# Battery



## Doxie-Doglover (Apr 19, 2006)

need some info. The OB has been parked for almost 2 weeks. The battery (2 6volt) still shows full charge, they are newly installed and charged up from towing. Anyway, we are off to dry camp in a few days for about 10 days. Should I turn on some lights or something and run the battery down before leaving and let it recharge enroute to Idaho??? I heard somewhere, that's how you break them in.Who knows, that's why I'm asking. ( will have small generator at camp for recharging). Thanks! Tawnya


----------



## Humpty (Apr 20, 2005)

If you have a small generator, I say don't bother.
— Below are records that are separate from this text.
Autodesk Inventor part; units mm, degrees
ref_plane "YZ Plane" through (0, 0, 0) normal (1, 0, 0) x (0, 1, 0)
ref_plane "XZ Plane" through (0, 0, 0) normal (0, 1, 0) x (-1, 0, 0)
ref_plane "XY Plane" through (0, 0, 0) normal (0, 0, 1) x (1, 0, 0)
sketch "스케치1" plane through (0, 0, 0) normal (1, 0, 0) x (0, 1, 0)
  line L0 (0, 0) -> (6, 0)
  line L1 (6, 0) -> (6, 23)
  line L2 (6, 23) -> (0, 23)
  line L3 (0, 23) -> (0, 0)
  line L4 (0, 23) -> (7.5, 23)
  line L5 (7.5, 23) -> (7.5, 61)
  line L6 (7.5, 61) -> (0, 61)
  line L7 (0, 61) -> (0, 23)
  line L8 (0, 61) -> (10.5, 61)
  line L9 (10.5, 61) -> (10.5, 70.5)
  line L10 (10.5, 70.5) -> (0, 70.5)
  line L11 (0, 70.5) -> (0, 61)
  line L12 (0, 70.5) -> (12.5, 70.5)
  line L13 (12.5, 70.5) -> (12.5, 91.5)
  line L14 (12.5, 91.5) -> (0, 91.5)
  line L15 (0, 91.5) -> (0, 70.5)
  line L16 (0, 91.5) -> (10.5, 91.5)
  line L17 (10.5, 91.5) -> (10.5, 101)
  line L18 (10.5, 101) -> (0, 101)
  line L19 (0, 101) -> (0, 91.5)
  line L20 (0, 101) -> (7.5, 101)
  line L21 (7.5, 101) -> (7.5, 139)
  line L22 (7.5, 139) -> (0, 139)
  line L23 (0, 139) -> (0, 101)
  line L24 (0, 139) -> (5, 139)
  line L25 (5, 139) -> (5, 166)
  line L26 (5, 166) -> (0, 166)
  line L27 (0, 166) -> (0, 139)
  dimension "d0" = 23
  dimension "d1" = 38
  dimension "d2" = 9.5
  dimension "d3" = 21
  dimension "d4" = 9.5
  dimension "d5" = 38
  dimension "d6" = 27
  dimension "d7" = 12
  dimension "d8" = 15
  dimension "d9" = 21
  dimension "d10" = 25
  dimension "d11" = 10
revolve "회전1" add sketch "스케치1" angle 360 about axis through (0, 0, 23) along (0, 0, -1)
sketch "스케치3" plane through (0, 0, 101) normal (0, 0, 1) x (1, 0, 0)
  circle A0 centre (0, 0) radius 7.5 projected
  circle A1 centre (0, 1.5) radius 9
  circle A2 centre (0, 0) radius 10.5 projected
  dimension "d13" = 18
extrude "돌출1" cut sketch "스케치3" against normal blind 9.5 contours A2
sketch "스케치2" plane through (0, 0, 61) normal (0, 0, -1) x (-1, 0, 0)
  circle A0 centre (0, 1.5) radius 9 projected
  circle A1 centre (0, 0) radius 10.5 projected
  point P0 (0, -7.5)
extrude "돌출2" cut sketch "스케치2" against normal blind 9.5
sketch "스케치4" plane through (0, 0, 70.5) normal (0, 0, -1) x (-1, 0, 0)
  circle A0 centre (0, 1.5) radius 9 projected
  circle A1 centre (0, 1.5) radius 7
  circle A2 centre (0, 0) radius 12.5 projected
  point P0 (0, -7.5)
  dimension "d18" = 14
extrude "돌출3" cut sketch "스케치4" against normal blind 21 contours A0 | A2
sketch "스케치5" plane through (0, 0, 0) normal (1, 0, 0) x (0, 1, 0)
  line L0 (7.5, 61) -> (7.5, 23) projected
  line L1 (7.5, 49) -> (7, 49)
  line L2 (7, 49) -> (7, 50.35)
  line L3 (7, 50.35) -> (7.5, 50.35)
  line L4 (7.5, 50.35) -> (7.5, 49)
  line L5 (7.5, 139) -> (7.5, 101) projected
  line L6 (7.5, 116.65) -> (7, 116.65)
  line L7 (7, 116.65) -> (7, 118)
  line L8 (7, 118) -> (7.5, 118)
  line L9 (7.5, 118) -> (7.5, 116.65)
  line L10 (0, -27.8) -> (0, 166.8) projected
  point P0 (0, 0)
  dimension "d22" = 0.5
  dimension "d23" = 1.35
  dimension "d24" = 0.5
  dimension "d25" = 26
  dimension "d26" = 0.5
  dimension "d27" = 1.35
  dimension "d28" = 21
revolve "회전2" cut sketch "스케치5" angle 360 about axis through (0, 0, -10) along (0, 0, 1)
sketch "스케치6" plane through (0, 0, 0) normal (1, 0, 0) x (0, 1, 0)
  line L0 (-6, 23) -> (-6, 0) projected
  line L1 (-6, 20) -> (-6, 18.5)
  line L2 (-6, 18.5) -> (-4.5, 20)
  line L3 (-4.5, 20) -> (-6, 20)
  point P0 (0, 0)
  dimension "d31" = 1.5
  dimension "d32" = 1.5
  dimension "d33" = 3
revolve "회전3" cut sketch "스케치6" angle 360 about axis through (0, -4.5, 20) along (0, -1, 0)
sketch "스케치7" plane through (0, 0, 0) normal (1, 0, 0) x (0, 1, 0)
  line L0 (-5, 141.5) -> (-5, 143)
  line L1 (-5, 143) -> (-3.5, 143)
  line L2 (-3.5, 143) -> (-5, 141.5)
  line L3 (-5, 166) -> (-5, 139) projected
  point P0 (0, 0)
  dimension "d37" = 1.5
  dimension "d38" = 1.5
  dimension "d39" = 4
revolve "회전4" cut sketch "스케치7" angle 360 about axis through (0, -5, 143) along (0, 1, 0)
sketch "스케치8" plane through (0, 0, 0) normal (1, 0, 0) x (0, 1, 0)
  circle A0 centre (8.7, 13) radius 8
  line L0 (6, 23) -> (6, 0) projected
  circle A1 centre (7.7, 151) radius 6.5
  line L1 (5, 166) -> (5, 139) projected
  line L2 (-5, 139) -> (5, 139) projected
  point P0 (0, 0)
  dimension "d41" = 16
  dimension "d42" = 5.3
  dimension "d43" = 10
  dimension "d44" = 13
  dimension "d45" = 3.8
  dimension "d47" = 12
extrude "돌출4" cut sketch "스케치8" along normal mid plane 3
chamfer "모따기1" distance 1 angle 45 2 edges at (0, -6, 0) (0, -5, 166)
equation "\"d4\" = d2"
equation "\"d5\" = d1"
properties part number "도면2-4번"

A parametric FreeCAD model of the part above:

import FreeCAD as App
import Part
import Sketcher
from FreeCAD import Vector
Q = App.Units.Quantity


def edges_at(feature, points):
    """Names of the edges that pass closest to the given points."""
    edges = feature.Shape.Edges
    near = lambda p: min(range(len(edges)), key=lambda i: edges[i].distToShape(Part.Vertex(*p))[0])
    return sorted({f"Edge{near(p) + 1}" for p in points})

doc = App.newDocument("Part")
body = doc.addObject("PartDesign::Body", "Body")

# Sketch on YZ plane
sketch1 = body.newObject("Sketcher::SketchObject", "Sketch")
sketch1.AttachmentSupport = (doc.getObject("YZ_Plane"), [""])
sketch1.MapMode = "FlatFace"
sketch1.addGeometry(Part.LineSegment(Vector(0, 0, 0), Vector(6, 0, 0)), False)
sketch1.addGeometry(Part.LineSegment(Vector(6, 0, 0), Vector(6, 23, 0)), False)
sketch1.addGeometry(Part.LineSegment(Vector(6, 23, 0), Vector(7.5, 23, 0)), False)
sketch1.addGeometry(Part.LineSegment(Vector(7.5, 23, 0), Vector(7.5, 61, 0)), False)
sketch1.addGeometry(Part.LineSegment(Vector(7.5, 61, 0), Vector(10.5, 61, 0)), False)
sketch1.addGeometry(Part.LineSegment(Vector(10.5, 61, 0), Vector(10.5, 70.5, 0)), False)
sketch1.addGeometry(Part.LineSegment(Vector(10.5, 70.5, 0), Vector(12.5, 70.5, 0)), False)
sketch1.addGeometry(Part.LineSegment(Vector(12.5, 70.5, 0), Vector(12.5, 91.5, 0)), False)
sketch1.addGeometry(Part.LineSegment(Vector(12.5, 91.5, 0), Vector(10.5, 91.5, 0)), False)
sketch1.addGeometry(Part.LineSegment(Vector(10.5, 91.5, 0), Vector(10.5, 101, 0)), False)
sketch1.addGeometry(Part.LineSegment(Vector(10.5, 101, 0), Vector(7.5, 101, 0)), False)
sketch1.addGeometry(Part.LineSegment(Vector(7.5, 101, 0), Vector(7.5, 139, 0)), False)
sketch1.addGeometry(Part.LineSegment(Vector(7.5, 139, 0), Vector(5, 139, 0)), False)
sketch1.addGeometry(Part.LineSegment(Vector(5, 139, 0), Vector(5, 166, 0)), False)
sketch1.addGeometry(Part.LineSegment(Vector(5, 166, 0), Vector(0, 166, 0)), False)
sketch1.addGeometry(Part.LineSegment(Vector(0, 166, 0), Vector(0, 0, 0)), False)
sketch1.addConstraint(Sketcher.Constraint("Coincident", 0, 2, 1, 1))
sketch1.addConstraint(Sketcher.Constraint("Coincident", 1, 2, 2, 1))
sketch1.addConstraint(Sketcher.Constraint("Coincident", 2, 2, 3, 1))
sketch1.addConstraint(Sketcher.Constraint("Coincident", 3, 2, 4, 1))
sketch1.addConstraint(Sketcher.Constraint("Coincident", 4, 2, 5, 1))
sketch1.addConstraint(Sketcher.Constraint("Coincident", 5, 2, 6, 1))
sketch1.addConstraint(Sketcher.Constraint("Coincident", 6, 2, 7, 1))
sketch1.addConstraint(Sketcher.Constraint("Coincident", 7, 2, 8, 1))
sketch1.addConstraint(Sketcher.Constraint("Coincident", 8, 2, 9, 1))
sketch1.addConstraint(Sketcher.Constraint("Coincident", 9, 2, 10, 1))
sketch1.addConstraint(Sketcher.Constraint("Coincident", 10, 2, 11, 1))
sketch1.addConstraint(Sketcher.Constraint("Coincident", 11, 2, 12, 1))
sketch1.addConstraint(Sketcher.Constraint("Coincident", 12, 2, 13, 1))
sketch1.addConstraint(Sketcher.Constraint("Coincident", 13, 2, 14, 1))
sketch1.addConstraint(Sketcher.Constraint("Coincident", 14, 2, 15, 1))
sketch1.addConstraint(Sketcher.Constraint("Coincident", 15, 2, 0, 1))
sketch1.addConstraint(Sketcher.Constraint("Horizontal", 0))
sketch1.addConstraint(Sketcher.Constraint("Vertical", 1))
sketch1.addConstraint(Sketcher.Constraint("Horizontal", 2))
sketch1.addConstraint(Sketcher.Constraint("Vertical", 3))
sketch1.addConstraint(Sketcher.Constraint("Horizontal", 4))
sketch1.addConstraint(Sketcher.Constraint("Vertical", 5))
sketch1.addConstraint(Sketcher.Constraint("Horizontal", 6))
sketch1.addConstraint(Sketcher.Constraint("Vertical", 7))
sketch1.addConstraint(Sketcher.Constraint("Horizontal", 8))
sketch1.addConstraint(Sketcher.Constraint("Vertical", 9))
sketch1.addConstraint(Sketcher.Constraint("Horizontal", 10))
sketch1.addConstraint(Sketcher.Constraint("Vertical", 11))
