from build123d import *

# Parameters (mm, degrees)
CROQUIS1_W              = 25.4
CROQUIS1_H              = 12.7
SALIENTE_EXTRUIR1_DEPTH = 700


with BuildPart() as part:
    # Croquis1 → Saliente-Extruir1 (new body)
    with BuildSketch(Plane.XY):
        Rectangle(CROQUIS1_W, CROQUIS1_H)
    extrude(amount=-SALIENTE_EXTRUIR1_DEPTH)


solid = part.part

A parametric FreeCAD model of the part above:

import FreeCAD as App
import Part
import Sketcher
from FreeCAD import Vector
Q = App.Units.Quantity


def add_polygon(sketch, points):
    """Adds a closed chain of lines whose ends are joined by coincident constraints."""
    first, n = sketch.GeometryCount, len(points)
    for a, b in zip(points, points[1:] + points[:1]):
        sketch.addGeometry(Part.LineSegment(App.Vector(*a, 0), App.Vector(*b, 0)), False)
    for i in range(n):
        sketch.addConstraint(Sketcher.Constraint("Coincident", first + i, 2, first + (i + 1) % n, 1))

doc = App.newDocument("Part")
body = doc.addObject("PartDesign::Body", "Body")

# Sketch on XY plane
sketch1 = body.newObject("Sketcher::SketchObject", "Sketch")
sketch1.AttachmentSupport = (doc.getObject("XY_Plane"), [""])
sketch1.MapMode = "FlatFace"
add_polygon(sketch1, [(-13, 6), (-13, -6), (13, -6), (13, 6)])  # lines 0-3
sketch1.addConstraint([
    Sketcher.Constraint("Vertical", 0),
    Sketcher.Constraint("Horizontal", 1),
    Sketcher.Constraint("Vertical", 2),
    Sketcher.Constraint("Horizontal", 3),
    Sketcher.Constraint("Symmetric", 0, 2, 2, 2, -1, 1),
    Sketcher.Constraint("DistanceX", 1, 1, 1, 2, Q("1 in")),
    Sketcher.Constraint("DistanceY", 0, 2, 0, 1, Q("0.5 in")),
])
pad1 = body.newObject("PartDesign::Pad", "Pad")
pad1.Profile = sketch1
pad1.Length = 700
pad1.Reversed = True

doc.recompute()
You have tested the generator, Right?


----------



## CamperAndy (Aug 26, 2004)

Just go. There is no real memory that needs to be cycled on Deep cycle batteries. When you use the generator to recharge your batteries make sure you run it long enough to give it as close to a full charge as possible. This can be tough but a few hours every day should do the trick.


----------



## Ghosty (Jan 17, 2005)

NO need to discharge since there is no memory problems....


----------



## HTQM (May 31, 2006)

Has anybody tried the solar chargers? Just wondering if they work as well as advertised.

Dave


----------



## Doxie-Doglover (Apr 19, 2006)

Ghosty said:


> NO need to discharge since there is no memory problems....
> [snapback]116716[/snapback]​


maybe not with the battery....now with me it's different!


----------



## PDX_Doug (Nov 16, 2004)

Dave,

The solar chargers work great, just don't expect a fast charge. With solar, watts cost $$$... lots of $$$. A smaller panel can increase your camping experience by several days between outside charges if you are careful. A bigger panel will do even better, but the value may be questionable.

Happy Trails,
Doug


----------



## W4DRR (May 17, 2005)

Doxie-Doglover said:


> need some info. The OB has been parked for almost 2 weeks. The battery (2 6volt) still shows full charge, they are newly installed and charged up from towing. Anyway, we are off to dry camp in a few days for about 10 days. Should I turn on some lights or something and run the battery down before leaving and let it recharge enroute to Idaho??? I heard somewhere, that's how you break them in.Who knows, that's why I'm asking. ( will have small generator at camp for recharging). Thanks! Tawnya
> 
> 
> 
> ...


Actually, there is a grain of truth to this. I have seen somewhere that a deep-cycle battery actually increases slightly in capacity after a few discharge/charge cycles. It is not that much to make any kind of real difference though.

Bob


----------



## Doxie-Doglover (Apr 19, 2006)

thanks everyone, appreciate the input.Tawnya


----------



## Thor (Apr 7, 2004)

HTQM said:


> Has anybody tried the solar chargers? Just wondering if they work as well as advertised.
> 
> Dave
> [snapback]116736[/snapback]​


Dave

They work very well but like Doug said they take alone time to charge your battery. I have gone a week dry camping on dual batteries and a solar panel. This years trip in July I will be of the grid for 15days. I now have 2 solar panels thanks to a 1/2 price sale so we will see how it goes.

Thor


----------



## CJ999 (Aug 11, 2005)

HTQM said:


> Has anybody tried the solar chargers? Just wondering if they work as well as advertised.
> [snapback]116736[/snapback]​


My brother uses a small solar panel and two six volt batteries to camp for weeks off the grid. It is quieter, and considering the price of gasoline nowadays, the long term cost comparison of solar versus generator may equal out a lot sooner than they used too!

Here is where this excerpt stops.